- **WORK REQUEST**
Every line from the one containing "#68=VERTEX_POINT('',#67);" to the one containing "#92=EDGE_LOOP('',(#91));" in the records below, both included, must be set down exactly, and no other line.

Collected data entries
--*--
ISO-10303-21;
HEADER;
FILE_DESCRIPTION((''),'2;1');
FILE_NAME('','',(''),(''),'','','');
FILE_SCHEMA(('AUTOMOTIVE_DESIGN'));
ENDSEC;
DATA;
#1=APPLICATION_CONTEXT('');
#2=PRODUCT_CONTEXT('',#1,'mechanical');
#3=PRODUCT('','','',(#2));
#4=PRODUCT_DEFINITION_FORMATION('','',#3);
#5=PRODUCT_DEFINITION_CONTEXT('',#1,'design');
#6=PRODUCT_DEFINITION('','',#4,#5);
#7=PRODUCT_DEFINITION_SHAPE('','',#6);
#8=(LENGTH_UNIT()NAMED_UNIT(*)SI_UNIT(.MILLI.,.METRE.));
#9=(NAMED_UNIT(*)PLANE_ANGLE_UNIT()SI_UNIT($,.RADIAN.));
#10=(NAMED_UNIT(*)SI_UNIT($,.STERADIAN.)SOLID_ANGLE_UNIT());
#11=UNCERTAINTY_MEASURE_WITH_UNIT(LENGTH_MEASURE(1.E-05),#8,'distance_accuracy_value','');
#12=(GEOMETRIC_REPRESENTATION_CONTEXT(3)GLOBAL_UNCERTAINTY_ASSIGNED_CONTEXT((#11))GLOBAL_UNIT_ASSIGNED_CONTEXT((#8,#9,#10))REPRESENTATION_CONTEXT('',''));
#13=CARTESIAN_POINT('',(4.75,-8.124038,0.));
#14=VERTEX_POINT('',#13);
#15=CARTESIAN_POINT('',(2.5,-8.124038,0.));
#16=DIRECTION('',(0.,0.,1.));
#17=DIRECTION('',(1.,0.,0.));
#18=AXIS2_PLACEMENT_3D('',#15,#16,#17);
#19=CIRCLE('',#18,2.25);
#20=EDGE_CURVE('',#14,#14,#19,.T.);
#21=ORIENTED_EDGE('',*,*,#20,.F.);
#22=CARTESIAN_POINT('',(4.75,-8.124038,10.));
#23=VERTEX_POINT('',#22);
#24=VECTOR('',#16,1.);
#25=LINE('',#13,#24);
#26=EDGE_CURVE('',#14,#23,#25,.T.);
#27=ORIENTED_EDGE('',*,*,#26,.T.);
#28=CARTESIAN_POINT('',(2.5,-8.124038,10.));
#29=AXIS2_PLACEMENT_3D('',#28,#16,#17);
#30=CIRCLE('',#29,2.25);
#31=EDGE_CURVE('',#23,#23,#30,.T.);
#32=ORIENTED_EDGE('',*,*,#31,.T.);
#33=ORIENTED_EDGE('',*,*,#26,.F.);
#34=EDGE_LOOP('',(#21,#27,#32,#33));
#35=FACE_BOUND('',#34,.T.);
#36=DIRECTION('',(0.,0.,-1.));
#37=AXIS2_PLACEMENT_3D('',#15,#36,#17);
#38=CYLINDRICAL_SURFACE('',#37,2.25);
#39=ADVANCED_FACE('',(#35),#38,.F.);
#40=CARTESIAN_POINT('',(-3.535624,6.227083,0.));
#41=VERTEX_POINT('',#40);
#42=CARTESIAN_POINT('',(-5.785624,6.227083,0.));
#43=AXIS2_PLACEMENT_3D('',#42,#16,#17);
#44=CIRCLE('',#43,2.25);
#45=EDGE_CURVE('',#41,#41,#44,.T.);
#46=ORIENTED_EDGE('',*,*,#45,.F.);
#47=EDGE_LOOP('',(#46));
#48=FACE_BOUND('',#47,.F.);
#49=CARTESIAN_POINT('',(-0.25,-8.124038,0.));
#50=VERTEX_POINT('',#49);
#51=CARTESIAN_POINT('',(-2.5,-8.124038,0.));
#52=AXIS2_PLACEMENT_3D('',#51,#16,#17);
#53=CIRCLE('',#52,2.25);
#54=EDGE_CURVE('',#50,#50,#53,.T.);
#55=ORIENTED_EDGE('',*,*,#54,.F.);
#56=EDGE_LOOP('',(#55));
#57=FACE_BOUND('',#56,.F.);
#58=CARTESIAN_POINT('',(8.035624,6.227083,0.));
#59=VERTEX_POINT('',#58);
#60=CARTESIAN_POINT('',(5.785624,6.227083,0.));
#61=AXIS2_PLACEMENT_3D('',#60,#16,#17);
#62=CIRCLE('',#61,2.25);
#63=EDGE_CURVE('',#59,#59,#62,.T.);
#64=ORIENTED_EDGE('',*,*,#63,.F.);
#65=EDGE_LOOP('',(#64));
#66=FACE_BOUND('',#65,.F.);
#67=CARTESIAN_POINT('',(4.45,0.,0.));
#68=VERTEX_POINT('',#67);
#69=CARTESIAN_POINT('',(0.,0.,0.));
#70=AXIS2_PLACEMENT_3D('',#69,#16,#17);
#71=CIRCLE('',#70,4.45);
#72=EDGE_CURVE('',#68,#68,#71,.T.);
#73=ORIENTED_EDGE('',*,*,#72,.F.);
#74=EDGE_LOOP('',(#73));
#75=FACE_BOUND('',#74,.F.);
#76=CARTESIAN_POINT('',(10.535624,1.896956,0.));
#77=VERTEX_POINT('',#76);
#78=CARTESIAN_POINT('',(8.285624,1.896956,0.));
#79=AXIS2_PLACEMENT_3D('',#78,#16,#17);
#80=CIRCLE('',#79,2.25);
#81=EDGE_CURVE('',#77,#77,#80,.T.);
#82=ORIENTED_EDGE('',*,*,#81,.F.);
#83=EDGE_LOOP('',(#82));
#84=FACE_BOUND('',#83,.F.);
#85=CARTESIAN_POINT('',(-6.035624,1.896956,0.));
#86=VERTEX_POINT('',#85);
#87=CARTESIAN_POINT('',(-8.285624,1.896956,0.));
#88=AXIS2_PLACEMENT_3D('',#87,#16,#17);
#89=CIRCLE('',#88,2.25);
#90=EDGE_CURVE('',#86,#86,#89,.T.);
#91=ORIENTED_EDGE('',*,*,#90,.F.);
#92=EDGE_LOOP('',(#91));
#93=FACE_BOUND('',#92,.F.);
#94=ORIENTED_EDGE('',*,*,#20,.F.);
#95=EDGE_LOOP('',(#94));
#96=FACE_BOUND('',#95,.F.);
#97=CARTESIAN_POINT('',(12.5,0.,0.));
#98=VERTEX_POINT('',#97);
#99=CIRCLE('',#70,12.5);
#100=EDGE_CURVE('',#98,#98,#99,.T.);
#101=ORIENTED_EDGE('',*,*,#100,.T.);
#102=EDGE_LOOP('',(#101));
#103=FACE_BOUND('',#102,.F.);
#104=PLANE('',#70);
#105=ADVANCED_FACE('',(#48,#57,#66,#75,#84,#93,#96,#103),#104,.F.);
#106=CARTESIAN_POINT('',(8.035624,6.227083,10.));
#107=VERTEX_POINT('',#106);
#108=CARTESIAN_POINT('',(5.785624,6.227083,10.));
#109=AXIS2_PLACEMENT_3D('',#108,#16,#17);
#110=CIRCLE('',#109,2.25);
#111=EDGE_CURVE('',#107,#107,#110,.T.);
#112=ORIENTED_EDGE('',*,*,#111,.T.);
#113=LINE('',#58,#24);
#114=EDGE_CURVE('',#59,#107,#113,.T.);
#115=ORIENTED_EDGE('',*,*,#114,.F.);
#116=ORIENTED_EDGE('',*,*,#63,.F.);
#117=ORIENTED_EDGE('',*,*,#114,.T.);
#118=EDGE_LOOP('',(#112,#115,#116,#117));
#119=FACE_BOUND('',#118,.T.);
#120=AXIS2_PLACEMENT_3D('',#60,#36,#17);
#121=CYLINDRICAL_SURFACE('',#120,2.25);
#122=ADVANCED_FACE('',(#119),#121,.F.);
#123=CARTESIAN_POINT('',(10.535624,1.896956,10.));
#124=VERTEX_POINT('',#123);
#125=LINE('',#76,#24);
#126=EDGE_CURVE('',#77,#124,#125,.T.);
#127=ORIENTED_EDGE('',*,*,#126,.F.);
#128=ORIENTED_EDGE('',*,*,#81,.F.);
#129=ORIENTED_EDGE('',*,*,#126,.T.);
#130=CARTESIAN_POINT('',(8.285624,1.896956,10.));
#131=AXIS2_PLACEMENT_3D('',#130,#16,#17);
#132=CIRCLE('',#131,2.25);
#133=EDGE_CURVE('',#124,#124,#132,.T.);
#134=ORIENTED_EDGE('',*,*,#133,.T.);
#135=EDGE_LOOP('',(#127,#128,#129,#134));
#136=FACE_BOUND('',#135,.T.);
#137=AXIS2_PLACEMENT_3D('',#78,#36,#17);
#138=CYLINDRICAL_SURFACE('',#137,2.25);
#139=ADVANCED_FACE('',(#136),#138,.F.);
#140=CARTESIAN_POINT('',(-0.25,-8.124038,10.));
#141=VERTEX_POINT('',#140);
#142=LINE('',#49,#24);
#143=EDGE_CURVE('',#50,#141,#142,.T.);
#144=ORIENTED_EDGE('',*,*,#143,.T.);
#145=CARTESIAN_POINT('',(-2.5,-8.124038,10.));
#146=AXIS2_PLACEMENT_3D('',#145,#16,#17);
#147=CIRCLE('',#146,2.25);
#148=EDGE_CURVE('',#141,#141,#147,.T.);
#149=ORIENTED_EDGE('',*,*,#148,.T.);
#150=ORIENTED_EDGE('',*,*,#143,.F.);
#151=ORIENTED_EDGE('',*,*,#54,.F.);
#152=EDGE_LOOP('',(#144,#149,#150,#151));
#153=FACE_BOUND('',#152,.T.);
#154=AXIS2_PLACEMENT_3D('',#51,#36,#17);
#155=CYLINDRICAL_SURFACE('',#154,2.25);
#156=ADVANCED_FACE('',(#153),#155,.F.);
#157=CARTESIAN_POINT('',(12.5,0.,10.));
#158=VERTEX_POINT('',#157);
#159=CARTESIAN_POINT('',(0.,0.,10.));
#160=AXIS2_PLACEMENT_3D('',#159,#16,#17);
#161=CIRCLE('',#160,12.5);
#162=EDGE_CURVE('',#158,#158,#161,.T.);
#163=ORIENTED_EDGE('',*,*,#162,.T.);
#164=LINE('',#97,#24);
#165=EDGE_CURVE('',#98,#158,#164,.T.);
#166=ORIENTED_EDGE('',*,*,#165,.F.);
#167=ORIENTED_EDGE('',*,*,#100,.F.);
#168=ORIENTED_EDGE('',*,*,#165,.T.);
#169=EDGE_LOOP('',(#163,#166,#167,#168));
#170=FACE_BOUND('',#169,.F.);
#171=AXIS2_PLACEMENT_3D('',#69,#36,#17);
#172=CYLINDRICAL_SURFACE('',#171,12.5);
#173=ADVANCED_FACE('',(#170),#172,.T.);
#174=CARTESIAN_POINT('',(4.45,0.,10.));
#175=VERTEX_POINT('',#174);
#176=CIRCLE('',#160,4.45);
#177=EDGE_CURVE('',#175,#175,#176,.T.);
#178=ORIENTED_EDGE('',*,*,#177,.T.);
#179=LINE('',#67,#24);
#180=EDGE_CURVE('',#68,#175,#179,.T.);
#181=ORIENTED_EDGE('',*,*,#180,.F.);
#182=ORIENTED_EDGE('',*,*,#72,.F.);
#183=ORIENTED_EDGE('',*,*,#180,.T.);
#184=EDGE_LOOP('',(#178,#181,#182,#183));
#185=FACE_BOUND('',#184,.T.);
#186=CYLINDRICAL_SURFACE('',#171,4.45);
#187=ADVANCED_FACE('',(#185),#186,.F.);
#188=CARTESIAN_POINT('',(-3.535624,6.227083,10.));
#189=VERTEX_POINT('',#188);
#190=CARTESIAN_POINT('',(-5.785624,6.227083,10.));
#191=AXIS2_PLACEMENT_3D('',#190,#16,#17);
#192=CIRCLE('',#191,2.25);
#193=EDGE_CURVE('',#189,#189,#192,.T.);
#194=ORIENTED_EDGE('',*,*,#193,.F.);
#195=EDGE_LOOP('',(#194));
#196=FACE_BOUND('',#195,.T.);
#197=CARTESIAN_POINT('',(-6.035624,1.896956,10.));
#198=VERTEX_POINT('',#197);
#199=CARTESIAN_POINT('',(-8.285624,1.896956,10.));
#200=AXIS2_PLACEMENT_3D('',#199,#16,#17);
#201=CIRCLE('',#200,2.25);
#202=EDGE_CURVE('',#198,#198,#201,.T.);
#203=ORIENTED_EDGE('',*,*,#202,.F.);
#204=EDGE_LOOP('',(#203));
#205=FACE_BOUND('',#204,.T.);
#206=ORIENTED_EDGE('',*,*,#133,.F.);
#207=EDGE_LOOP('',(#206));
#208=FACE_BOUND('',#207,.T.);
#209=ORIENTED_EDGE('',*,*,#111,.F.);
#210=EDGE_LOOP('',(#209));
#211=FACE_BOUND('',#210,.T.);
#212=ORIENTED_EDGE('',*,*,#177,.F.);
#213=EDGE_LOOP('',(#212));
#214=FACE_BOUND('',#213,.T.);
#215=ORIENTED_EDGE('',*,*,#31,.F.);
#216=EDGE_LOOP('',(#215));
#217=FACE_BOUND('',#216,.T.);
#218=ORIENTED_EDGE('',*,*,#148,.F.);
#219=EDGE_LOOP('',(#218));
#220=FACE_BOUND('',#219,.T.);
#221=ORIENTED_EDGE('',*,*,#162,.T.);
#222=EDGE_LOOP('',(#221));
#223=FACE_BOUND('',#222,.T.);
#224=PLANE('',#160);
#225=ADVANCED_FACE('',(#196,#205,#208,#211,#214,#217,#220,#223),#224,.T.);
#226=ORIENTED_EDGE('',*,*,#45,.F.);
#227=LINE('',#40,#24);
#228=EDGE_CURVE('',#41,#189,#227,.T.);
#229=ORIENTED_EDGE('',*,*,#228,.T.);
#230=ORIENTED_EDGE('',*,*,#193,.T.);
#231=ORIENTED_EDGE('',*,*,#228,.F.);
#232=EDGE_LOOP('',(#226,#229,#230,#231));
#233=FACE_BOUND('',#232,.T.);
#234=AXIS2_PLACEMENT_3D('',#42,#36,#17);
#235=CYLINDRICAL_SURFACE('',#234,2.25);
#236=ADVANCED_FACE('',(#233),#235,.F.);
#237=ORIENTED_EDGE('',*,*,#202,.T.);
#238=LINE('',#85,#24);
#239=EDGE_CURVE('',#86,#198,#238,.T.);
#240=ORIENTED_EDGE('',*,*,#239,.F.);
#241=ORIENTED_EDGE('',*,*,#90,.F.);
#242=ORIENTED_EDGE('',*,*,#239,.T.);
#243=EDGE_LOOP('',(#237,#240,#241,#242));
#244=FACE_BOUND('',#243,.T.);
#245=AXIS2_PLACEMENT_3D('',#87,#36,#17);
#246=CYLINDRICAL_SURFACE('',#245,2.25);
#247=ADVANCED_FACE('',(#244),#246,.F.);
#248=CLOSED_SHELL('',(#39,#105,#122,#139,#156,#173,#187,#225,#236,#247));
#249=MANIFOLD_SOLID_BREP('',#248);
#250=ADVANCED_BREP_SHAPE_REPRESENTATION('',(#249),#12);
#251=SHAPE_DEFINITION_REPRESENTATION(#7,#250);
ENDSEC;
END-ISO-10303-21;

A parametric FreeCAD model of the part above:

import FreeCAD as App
import Part
import Sketcher
from FreeCAD import Vector
Q = App.Units.Quantity

doc = App.newDocument("Part")
body = doc.addObject("PartDesign::Body", "Body")

# Sketch on XY plane
sketch1 = body.newObject("Sketcher::SketchObject", "Sketch")
sketch1.AttachmentSupport = (doc.getObject("XY_Plane"), [""])
sketch1.MapMode = "FlatFace"
sketch1.addGeometry([
    Part.Circle(Vector(0, 0, 0), Vector(0, 0, 1), 12.5),  # 0
    Part.Circle(Vector(-2.5, -8.124038, 0), Vector(0, 0, 1), 2.25),  # 1
    Part.Circle(Vector(2.5, -8.124038, 0), Vector(0, 0, 1), 2.25),  # 2
    Part.Circle(Vector(-8.285624, 1.896956, 0), Vector(0, 0, 1), 2.25),  # 3
    Part.Circle(Vector(-5.785624, 6.227083, 0), Vector(0, 0, 1), 2.25),  # 4
    Part.Circle(Vector(0, 0, 0), Vector(0, 0, 1), 4.45),  # 5
    Part.Circle(Vector(8.285624, 1.896956, 0), Vector(0, 0, 1), 2.25),  # 6
    Part.Circle(Vector(5.785624, 6.227083, 0), Vector(0, 0, 1), 2.25),  # 7
], False)
sketch1.addConstraint([
    Sketcher.Constraint("Coincident", 0, 3, -1, 1),
    Sketcher.Constraint("Coincident", 5, 3, -1, 1),
    Sketcher.Constraint("Equal", 1, 2),
    Sketcher.Constraint("Equal", 2, 3),
    Sketcher.Constraint("Equal", 3, 4),
    Sketcher.Constraint("Equal", 4, 6),
    Sketcher.Constraint("Equal", 6, 7),
    Sketcher.Constraint("Symmetric", 1, 3, 2, 3, -2),
    Sketcher.Constraint("Symmetric", 3, 3, 6, 3, -2),
    Sketcher.Constraint("Symmetric", 4, 3, 7, 3, -2),
    Sketcher.Constraint("Diameter", 0, Q("25 mm")),
    Sketcher.Constraint("Diameter", 1, Q("4.5 mm")),
    Sketcher.Constraint("Diameter", 5, Q("8.9 mm")),
    Sketcher.Constraint("DistanceX", 1, 3, 2, 3, Q("5 mm")),
    Sketcher.Constraint("DistanceX", 3, 3, 4, 3, Q("2.5 mm")),
    Sketcher.Constraint("DistanceY", 1, 3, 4, 3, Q("14.351121 mm")),
    Sketcher.Constraint("DistanceX", 4, 3, 6, 3, Q("14.071248 mm")),
    Sketcher.Constraint("DistanceY", 1, 3, -1, 1, Q("8.124038 mm")),
    Sketcher.Constraint("DistanceY", -1, 1, 3, 3, Q("1.896956 mm")),
])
--*--
- **RESPONSE FOR THIS EXERCISE**
#68=VERTEX_POINT('',#67);
#69=CARTESIAN_POINT('',(0.,0.,0.));
#70=AXIS2_PLACEMENT_3D('',#69,#16,#17);
#71=CIRCLE('',#70,4.45);
#72=EDGE_CURVE('',#68,#68,#71,.T.);
#73=ORIENTED_EDGE('',*,*,#72,.F.);
#74=EDGE_LOOP('',(#73));
#75=FACE_BOUND('',#74,.F.);
#76=CARTESIAN_POINT('',(10.535624,1.896956,0.));
#77=VERTEX_POINT('',#76);
#78=CARTESIAN_POINT('',(8.285624,1.896956,0.));
#79=AXIS2_PLACEMENT_3D('',#78,#16,#17);
#80=CIRCLE('',#79,2.25);
#81=EDGE_CURVE('',#77,#77,#80,.T.);
#82=ORIENTED_EDGE('',*,*,#81,.F.);
#83=EDGE_LOOP('',(#82));
#84=FACE_BOUND('',#83,.F.);
#85=CARTESIAN_POINT('',(-6.035624,1.896956,0.));
#86=VERTEX_POINT('',#85);
#87=CARTESIAN_POINT('',(-8.285624,1.896956,0.));
#88=AXIS2_PLACEMENT_3D('',#87,#16,#17);
#89=CIRCLE('',#88,2.25);
#90=EDGE_CURVE('',#86,#86,#89,.T.);
#91=ORIENTED_EDGE('',*,*,#90,.F.);
#92=EDGE_LOOP('',(#91));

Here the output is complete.